Saved entries
▬▬▬▬▬▬

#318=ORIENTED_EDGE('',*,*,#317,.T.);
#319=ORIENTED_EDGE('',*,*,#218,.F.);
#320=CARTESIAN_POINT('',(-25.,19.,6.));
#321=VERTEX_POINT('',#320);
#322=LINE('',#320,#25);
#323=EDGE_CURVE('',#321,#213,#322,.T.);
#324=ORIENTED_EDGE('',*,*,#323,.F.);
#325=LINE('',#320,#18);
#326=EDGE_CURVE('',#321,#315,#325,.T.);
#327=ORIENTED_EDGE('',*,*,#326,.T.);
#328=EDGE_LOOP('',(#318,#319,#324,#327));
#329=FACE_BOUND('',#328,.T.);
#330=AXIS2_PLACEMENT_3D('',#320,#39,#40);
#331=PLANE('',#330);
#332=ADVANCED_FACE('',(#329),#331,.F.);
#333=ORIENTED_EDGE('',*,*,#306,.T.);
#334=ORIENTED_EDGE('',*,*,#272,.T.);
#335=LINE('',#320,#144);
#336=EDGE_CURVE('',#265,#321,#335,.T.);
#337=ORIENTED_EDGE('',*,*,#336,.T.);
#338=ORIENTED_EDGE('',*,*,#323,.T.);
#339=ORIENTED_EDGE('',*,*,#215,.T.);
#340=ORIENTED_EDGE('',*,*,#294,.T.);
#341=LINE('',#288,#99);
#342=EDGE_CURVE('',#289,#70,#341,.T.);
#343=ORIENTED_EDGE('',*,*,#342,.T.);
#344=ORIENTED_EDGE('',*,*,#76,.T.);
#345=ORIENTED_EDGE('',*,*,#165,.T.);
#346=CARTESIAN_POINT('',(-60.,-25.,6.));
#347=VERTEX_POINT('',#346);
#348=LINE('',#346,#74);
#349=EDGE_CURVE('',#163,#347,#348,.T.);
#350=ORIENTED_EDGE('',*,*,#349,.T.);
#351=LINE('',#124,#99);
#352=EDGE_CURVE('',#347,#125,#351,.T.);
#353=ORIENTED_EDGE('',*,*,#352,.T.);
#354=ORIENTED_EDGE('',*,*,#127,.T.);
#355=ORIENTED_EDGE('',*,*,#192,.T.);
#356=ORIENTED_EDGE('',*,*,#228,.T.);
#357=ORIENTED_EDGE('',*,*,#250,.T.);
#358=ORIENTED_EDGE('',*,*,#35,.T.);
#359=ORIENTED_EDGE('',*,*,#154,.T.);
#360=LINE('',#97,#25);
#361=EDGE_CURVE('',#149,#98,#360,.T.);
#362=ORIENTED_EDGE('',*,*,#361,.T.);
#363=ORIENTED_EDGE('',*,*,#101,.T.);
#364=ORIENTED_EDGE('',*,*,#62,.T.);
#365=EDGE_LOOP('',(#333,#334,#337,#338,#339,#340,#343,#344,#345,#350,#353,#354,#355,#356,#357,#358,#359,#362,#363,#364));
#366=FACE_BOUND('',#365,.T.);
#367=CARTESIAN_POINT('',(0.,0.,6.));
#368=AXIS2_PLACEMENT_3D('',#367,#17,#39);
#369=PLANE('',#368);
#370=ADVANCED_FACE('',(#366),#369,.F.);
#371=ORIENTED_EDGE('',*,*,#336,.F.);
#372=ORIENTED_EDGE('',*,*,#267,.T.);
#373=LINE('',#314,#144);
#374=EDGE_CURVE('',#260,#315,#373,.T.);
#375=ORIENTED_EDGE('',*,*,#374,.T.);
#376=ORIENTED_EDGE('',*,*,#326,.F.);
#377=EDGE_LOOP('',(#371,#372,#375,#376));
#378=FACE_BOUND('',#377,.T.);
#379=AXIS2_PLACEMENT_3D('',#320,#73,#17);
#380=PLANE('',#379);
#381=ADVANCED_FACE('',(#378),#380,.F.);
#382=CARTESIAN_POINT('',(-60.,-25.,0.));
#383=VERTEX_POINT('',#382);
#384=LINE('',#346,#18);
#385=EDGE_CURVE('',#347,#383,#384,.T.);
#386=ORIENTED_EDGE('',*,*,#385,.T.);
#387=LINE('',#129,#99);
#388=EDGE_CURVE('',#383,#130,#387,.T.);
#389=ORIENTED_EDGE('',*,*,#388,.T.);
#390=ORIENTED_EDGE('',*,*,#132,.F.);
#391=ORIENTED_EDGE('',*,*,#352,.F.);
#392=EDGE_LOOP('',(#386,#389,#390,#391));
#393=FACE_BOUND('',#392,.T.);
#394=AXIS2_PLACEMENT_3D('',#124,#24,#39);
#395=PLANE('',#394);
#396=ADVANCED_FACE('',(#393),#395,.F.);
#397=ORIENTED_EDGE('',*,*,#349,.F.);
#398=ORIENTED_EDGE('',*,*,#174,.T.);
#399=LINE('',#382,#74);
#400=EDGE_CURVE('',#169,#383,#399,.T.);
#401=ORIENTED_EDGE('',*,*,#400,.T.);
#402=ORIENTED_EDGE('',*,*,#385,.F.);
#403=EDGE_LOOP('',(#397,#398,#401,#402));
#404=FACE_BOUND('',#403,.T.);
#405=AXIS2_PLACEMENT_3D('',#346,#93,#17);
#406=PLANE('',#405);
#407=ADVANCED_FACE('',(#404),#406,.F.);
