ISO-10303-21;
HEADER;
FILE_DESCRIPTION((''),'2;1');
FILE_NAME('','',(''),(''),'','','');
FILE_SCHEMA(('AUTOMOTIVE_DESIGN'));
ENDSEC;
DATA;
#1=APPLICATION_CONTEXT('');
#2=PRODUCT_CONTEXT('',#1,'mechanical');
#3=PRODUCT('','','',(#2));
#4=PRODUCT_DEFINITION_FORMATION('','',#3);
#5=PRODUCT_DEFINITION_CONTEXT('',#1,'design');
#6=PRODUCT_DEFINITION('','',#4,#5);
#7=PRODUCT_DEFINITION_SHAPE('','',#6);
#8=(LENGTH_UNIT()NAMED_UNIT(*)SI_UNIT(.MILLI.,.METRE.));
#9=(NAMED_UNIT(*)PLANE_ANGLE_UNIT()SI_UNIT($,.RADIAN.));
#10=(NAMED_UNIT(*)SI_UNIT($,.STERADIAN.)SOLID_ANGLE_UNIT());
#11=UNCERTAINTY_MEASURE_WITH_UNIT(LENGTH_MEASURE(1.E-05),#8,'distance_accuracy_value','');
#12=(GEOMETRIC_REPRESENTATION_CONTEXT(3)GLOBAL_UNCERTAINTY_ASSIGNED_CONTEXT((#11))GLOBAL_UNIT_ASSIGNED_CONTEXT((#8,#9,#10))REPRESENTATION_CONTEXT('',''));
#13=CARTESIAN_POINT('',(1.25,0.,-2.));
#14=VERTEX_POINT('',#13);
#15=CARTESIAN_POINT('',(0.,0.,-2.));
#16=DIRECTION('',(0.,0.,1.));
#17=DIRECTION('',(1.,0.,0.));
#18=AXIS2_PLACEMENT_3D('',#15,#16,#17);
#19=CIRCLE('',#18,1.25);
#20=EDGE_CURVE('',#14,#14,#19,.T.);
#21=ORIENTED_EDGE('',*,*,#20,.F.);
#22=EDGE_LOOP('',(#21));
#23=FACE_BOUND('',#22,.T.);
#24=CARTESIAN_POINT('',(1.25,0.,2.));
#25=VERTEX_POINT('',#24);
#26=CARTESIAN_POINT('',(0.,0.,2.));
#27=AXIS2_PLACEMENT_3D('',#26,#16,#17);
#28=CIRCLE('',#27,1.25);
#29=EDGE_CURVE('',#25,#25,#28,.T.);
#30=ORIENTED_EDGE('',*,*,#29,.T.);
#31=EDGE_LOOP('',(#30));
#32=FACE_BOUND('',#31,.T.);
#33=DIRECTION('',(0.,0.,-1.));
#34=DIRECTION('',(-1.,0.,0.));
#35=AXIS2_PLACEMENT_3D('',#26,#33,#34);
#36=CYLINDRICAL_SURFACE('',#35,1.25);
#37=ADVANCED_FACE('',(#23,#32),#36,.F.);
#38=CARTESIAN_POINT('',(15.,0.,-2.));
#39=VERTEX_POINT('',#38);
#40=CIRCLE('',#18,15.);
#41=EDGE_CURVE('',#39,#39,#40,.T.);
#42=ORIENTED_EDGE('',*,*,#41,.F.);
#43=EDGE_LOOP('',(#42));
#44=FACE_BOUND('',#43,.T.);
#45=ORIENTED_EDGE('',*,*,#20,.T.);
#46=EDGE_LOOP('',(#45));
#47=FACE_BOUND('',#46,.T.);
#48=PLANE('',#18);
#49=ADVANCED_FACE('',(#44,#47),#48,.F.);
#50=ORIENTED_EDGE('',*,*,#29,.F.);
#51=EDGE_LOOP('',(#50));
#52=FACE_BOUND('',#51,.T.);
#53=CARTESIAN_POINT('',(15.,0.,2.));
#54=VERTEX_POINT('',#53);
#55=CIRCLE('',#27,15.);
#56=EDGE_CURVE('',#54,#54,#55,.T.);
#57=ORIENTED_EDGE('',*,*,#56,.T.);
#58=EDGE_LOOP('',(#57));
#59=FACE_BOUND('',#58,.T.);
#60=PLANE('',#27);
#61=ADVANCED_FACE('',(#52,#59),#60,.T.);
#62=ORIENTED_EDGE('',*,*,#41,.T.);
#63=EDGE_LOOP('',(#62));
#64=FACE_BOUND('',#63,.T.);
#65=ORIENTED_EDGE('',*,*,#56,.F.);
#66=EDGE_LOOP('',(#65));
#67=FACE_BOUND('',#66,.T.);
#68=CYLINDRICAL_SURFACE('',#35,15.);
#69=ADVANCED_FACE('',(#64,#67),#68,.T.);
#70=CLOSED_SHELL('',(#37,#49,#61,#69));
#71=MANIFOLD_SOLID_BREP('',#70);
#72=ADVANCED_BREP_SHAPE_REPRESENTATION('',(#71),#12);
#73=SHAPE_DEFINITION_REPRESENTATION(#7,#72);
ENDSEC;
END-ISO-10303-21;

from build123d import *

# Parameters (mm, degrees)
CROQUIS1_R              = 15
CROQUIS1_R_2            = 1.25
SALIENTE_EXTRUIR1_DEPTH = 2


with BuildPart() as part:
    # Croquis1 → Saliente-Extruir1 (new body, symmetric)
    with BuildSketch(Plane.XY):
        Circle(CROQUIS1_R)
        Circle(CROQUIS1_R_2, mode=Mode.SUBTRACT)
    extrude(amount=SALIENTE_EXTRUIR1_DEPTH, both=True)


solid = part.part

▬▬▬▬▬▬

ACTIVITY
Would you retype the lines above from the one with "#398=ORIENTED_EDGE('',*,*,#174,.T.);" down to the one with "#405=AXIS2_PLACEMENT_3D('',#346,#93,#17);", word for word, both ends included and no other lines?

SOLUTION TO THE EXERCISE
#398=ORIENTED_EDGE('',*,*,#174,.T.);
#399=LINE('',#382,#74);
#400=EDGE_CURVE('',#169,#383,#399,.T.);
#401=ORIENTED_EDGE('',*,*,#400,.T.);
#402=ORIENTED_EDGE('',*,*,#385,.F.);
#403=EDGE_LOOP('',(#397,#398,#401,#402));
#404=FACE_BOUND('',#403,.T.);
#405=AXIS2_PLACEMENT_3D('',#346,#93,#17);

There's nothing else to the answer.